→ **Input for this task**:
————

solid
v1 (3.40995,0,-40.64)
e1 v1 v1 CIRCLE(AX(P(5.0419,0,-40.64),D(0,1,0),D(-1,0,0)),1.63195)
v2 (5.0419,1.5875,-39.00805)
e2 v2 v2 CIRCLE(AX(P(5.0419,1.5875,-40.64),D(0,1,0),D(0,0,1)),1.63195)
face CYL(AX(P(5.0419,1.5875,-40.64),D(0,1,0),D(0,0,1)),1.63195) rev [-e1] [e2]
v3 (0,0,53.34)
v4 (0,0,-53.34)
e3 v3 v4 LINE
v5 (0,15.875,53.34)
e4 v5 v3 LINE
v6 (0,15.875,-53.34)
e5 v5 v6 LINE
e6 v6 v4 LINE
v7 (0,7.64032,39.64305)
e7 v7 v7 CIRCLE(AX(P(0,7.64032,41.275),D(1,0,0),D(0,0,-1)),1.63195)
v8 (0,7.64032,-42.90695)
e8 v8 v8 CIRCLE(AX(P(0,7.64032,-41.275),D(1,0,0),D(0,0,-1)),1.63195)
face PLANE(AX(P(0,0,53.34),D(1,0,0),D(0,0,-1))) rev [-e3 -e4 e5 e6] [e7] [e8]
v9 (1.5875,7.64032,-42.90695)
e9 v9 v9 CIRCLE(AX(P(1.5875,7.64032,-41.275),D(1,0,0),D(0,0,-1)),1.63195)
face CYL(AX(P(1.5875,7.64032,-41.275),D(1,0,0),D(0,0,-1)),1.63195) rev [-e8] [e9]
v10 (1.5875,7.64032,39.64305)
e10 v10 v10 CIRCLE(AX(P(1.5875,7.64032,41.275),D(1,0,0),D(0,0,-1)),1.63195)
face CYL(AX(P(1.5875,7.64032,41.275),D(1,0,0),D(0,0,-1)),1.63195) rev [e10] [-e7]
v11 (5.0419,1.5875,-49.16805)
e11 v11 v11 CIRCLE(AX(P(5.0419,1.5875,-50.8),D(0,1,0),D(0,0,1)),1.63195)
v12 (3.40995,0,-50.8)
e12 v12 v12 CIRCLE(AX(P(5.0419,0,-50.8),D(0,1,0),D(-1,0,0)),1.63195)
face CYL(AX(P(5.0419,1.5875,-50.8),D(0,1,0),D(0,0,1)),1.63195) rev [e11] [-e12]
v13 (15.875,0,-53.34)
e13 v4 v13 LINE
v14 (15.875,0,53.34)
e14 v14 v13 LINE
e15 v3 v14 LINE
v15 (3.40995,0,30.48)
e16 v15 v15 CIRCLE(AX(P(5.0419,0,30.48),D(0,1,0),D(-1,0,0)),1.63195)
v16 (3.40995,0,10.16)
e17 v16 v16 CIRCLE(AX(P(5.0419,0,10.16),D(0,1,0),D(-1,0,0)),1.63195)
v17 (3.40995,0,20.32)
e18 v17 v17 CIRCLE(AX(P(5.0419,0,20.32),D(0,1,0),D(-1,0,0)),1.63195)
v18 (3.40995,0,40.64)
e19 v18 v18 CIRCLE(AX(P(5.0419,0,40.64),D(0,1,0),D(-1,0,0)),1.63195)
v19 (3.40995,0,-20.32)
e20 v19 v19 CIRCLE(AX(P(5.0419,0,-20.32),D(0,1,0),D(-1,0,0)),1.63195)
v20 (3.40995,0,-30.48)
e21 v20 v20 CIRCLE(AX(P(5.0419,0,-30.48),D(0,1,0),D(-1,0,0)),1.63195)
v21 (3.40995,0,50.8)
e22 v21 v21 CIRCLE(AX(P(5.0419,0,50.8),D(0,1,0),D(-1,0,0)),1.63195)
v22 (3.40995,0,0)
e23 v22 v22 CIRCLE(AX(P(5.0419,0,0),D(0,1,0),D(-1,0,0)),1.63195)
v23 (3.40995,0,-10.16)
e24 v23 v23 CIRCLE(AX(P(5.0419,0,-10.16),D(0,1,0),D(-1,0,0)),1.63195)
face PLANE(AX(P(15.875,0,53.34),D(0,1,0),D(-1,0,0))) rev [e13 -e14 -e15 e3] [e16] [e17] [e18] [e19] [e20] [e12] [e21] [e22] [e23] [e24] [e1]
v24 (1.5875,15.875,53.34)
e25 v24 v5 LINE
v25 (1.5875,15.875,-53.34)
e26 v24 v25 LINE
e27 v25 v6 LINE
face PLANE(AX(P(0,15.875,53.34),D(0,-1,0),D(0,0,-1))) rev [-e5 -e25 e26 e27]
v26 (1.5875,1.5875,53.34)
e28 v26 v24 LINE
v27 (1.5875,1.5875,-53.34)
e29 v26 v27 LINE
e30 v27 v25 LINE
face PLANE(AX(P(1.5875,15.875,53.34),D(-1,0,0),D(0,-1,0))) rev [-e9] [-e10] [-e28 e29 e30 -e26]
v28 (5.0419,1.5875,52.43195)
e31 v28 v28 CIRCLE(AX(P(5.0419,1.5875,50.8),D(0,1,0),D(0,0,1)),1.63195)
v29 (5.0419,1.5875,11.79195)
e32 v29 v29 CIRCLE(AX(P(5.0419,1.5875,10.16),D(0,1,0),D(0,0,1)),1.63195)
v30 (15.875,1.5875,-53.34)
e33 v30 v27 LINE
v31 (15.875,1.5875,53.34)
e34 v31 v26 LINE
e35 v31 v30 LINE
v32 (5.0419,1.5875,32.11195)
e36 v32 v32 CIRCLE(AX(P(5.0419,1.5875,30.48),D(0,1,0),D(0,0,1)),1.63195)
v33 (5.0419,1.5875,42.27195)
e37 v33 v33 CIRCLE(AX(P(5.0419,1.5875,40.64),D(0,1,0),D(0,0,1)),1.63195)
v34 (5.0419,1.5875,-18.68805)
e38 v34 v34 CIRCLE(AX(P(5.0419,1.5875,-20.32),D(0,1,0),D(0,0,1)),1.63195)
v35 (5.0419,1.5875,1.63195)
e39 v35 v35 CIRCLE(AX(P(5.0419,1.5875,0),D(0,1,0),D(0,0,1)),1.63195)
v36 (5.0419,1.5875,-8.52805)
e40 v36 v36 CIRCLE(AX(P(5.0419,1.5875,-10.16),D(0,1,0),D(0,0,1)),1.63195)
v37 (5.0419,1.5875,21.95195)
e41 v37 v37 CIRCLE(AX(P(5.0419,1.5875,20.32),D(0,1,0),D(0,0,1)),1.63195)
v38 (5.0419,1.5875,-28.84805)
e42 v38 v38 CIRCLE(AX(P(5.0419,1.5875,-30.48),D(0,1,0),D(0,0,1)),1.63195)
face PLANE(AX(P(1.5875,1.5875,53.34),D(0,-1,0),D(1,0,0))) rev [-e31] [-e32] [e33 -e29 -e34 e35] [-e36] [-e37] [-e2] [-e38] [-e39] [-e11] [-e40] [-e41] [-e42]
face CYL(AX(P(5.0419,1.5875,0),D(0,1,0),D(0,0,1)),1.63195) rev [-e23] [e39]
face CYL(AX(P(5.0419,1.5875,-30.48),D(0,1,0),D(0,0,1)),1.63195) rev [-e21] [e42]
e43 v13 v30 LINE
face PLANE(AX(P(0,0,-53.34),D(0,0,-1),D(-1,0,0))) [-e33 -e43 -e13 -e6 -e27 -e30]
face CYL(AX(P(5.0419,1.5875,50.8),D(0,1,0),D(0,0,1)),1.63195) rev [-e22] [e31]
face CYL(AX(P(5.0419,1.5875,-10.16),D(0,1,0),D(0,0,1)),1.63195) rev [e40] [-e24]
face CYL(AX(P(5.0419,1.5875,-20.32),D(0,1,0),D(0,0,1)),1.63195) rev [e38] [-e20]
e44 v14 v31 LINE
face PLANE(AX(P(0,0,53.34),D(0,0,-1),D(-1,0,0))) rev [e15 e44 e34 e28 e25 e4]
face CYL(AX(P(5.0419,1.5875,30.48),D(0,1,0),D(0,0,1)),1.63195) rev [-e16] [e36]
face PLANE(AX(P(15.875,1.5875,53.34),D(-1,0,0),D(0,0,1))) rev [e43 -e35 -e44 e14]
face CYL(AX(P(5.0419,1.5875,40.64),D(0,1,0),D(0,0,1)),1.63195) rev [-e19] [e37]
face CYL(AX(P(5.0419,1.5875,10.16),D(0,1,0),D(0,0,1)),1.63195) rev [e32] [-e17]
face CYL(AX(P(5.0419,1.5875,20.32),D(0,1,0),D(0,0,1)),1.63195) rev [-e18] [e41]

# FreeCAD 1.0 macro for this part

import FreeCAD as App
import Part
import Sketcher
Q = App.Units.Quantity


def add_polygon(sketch, points):
    """Adds a closed chain of lines whose ends are joined by coincident constraints."""
    first, n = sketch.GeometryCount, len(points)
    for a, b in zip(points, points[1:] + points[:1]):
        sketch.addGeometry(Part.LineSegment(App.Vector(*a, 0), App.Vector(*b, 0)), False)
    for i in range(n):
        sketch.addConstraint(Sketcher.Constraint("Coincident", first + i, 2, first + (i + 1) % n, 1))

doc = App.newDocument("Part")
body = doc.addObject("PartDesign::Body", "Body")

# Sketch on XY plane
sketch1 = doc.addObject("Sketcher::SketchObject", "Sketch")
body.addObject(sketch1)
sketch1.AttachmentSupport = (doc.XY_Plane, [""])
sketch1.MapMode = "FlatFace"
add_polygon(sketch1, [(0, 15.9), (0, 0), (15.9, 0), (15.9, 1.6), (1.6, 1.6), (1.6, 15.9)])  # lines 0-5
sketch1.addConstraint(Sketcher.Constraint("Vertical", 0))
sketch1.addConstraint(Sketcher.Constraint("Horizontal", 1))
sketch1.addConstraint(Sketcher.Constraint("Vertical", 2))
sketch1.addConstraint(Sketcher.Constraint("Horizontal", 3))
sketch1.addConstraint(Sketcher.Constraint("Vertical", 4))
sketch1.addConstraint(Sketcher.Constraint("Horizontal", 5))
sketch1.addConstraint(Sketcher.Constraint("Coincident", 0, 2, -1, 1))
sketch1.addConstraint(Sketcher.Constraint("Equal", 1, 0))
sketch1.addConstraint(Sketcher.Constraint("Equal", 5, 2))
sketch1.addConstraint(Sketcher.Constraint("DistanceX", 1, 1, 1, 2, Q("0.625 in")))
sketch1.addConstraint(Sketcher.Constraint("DistanceX", 3, 2, 3, 1, Q("0.5625 in")))
pad1 = doc.addObject("PartDesign::Pad", "Pad")
body.addObject(pad1)
pad1.Profile = sketch1
pad1.Length = Q("4.2 in")
pad1.Midplane = True

# Sketch on YZ plane
sketch2 = doc.addObject("Sketcher::SketchObject", "Sketch001")
body.addObject(sketch2)
sketch2.AttachmentSupport = (doc.YZ_Plane, [""])
sketch2.MapMode = "FlatFace"
sketch2.AttachmentOffset = App.Placement(App.Vector(0, 0, 0.1985 * 25.4), App.Rotation())
add_polygon(sketch2, [(-14.6, 0), (1.6, 0), (1.6, 1.6), (-13.7, 1.6)])  # lines 0-3
sketch2.addConstraint(Sketcher.Constraint("Horizontal", 0))
sketch2.addConstraint(Sketcher.Constraint("Vertical", 1))
sketch2.addConstraint(Sketcher.Constraint("Horizontal", 2))
sketch2.addConstraint(Sketcher.Constraint("PointOnObject", 0, 2, -1))
sketch2.addConstraint(Sketcher.Constraint("DistanceX", 2, 2, 2, 1, Q("0.6 in")))
sketch2.addConstraint(Sketcher.Constraint("Angle", 3, Q("-121 deg")))
sketch2.addConstraint(Sketcher.Constraint("DistanceX", -1, 1, 0, 2, Q("0.0625 in")))
sketch2.addConstraint(Sketcher.Constraint("DistanceY", 1, 1, 1, 2, 1.63195))
groove = doc.addObject("PartDesign::Groove", "Groove")
body.addObject(groove)
groove.Profile = sketch2
groove.ReferenceAxis = (sketch2, ["H_Axis"])
groove.Angle = 360
doc.recompute()

linearpattern = doc.addObject("PartDesign::LinearPattern", "LinearPattern")
body.addObject(linearpattern)
linearpattern.Originals = [groove]
linearpattern.Direction = (doc.Z_Axis, [""])
linearpattern.Mode = "offset"
linearpattern.Offset = Q("0.4 in")
linearpattern.Occurrences = 6
body.Tip = linearpattern
doc.recompute()

linearpattern2 = doc.addObject("PartDesign::LinearPattern", "LinearPattern001")
body.addObject(linearpattern2)
linearpattern2.Originals = [groove]
linearpattern2.Direction = (doc.Z_Axis, [""])
linearpattern2.Mode = "offset"
linearpattern2.Offset = Q("0.4 in")
linearpattern2.Occurrences = 6
linearpattern2.Reversed = True
body.Tip = linearpattern2

# Sketch on YZ plane
sketch3 = doc.addObject("Sketcher::SketchObject", "Sketch002")
body.addObject(sketch3)
sketch3.AttachmentSupport = (doc.YZ_Plane, [""])
sketch3.MapMode = "FlatFace"
sketch3.AttachmentOffset = App.Placement(App.Vector(0, 0, 0.0625 * 25.4), App.Rotation())
sketch3.addGeometry(Part.Circle(App.Vector(7.6, -41.3, 0), App.Vector(0, 0, 1), 1.6), False)
sketch3.addGeometry(Part.Circle(App.Vector(7.6, 41.3, 0), App.Vector(0, 0, 1), 1.6), False)
sketch3.addConstraint(Sketcher.Constraint("Equal", 0, 1))
sketch3.addConstraint(Sketcher.Constraint("Symmetric", 0, 3, 1, 3, -1))
sketch3.addConstraint(Sketcher.Constraint("Diameter", 0, Q("0.1285 in")))
sketch3.addConstraint(Sketcher.Constraint("DistanceY", 0, 3, 1, 3, Q("3.25 in")))
sketch3.addConstraint(Sketcher.Constraint("DistanceX", -1, 1, 0, 3, Q("0.3008 in")))
doc.recompute()
hole = doc.addObject("PartDesign::Hole", "Hole")
body.addObject(hole)
hole.Profile = sketch3
hole.ThreadType = "None"
hole.Diameter = Q("0.1285 in")
hole.DepthType = "Dimension"
hole.Depth = Q("0.6 in")
hole.DrillPoint = "Angled"
hole.DrillPointAngle = 118

doc.recompute()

————

→ **To do**: The answer is the lines above between the line holding "e25 v24 v5 LINE" and the line holding "v37 (5.0419,1.5875,21.95195)", inclusive, each written out exactly, and no others.

→ **Output for this task**:
e25 v24 v5 LINE
v25 (1.5875,15.875,-53.34)
e26 v24 v25 LINE
e27 v25 v6 LINE
face PLANE(AX(P(0,15.875,53.34),D(0,-1,0),D(0,0,-1))) rev [-e5 -e25 e26 e27]
v26 (1.5875,1.5875,53.34)
e28 v26 v24 LINE
v27 (1.5875,1.5875,-53.34)
e29 v26 v27 LINE
e30 v27 v25 LINE
face PLANE(AX(P(1.5875,15.875,53.34),D(-1,0,0),D(0,-1,0))) rev [-e9] [-e10] [-e28 e29 e30 -e26]
v28 (5.0419,1.5875,52.43195)
e31 v28 v28 CIRCLE(AX(P(5.0419,1.5875,50.8),D(0,1,0),D(0,0,1)),1.63195)
v29 (5.0419,1.5875,11.79195)
e32 v29 v29 CIRCLE(AX(P(5.0419,1.5875,10.16),D(0,1,0),D(0,0,1)),1.63195)
v30 (15.875,1.5875,-53.34)
e33 v30 v27 LINE
v31 (15.875,1.5875,53.34)
e34 v31 v26 LINE
e35 v31 v30 LINE
v32 (5.0419,1.5875,32.11195)
e36 v32 v32 CIRCLE(AX(P(5.0419,1.5875,30.48),D(0,1,0),D(0,0,1)),1.63195)
v33 (5.0419,1.5875,42.27195)
e37 v33 v33 CIRCLE(AX(P(5.0419,1.5875,40.64),D(0,1,0),D(0,0,1)),1.63195)
v34 (5.0419,1.5875,-18.68805)
e38 v34 v34 CIRCLE(AX(P(5.0419,1.5875,-20.32),D(0,1,0),D(0,0,1)),1.63195)
v35 (5.0419,1.5875,1.63195)
e39 v35 v35 CIRCLE(AX(P(5.0419,1.5875,0),D(0,1,0),D(0,0,1)),1.63195)
v36 (5.0419,1.5875,-8.52805)
e40 v36 v36 CIRCLE(AX(P(5.0419,1.5875,-10.16),D(0,1,0),D(0,0,1)),1.63195)
v37 (5.0419,1.5875,21.95195)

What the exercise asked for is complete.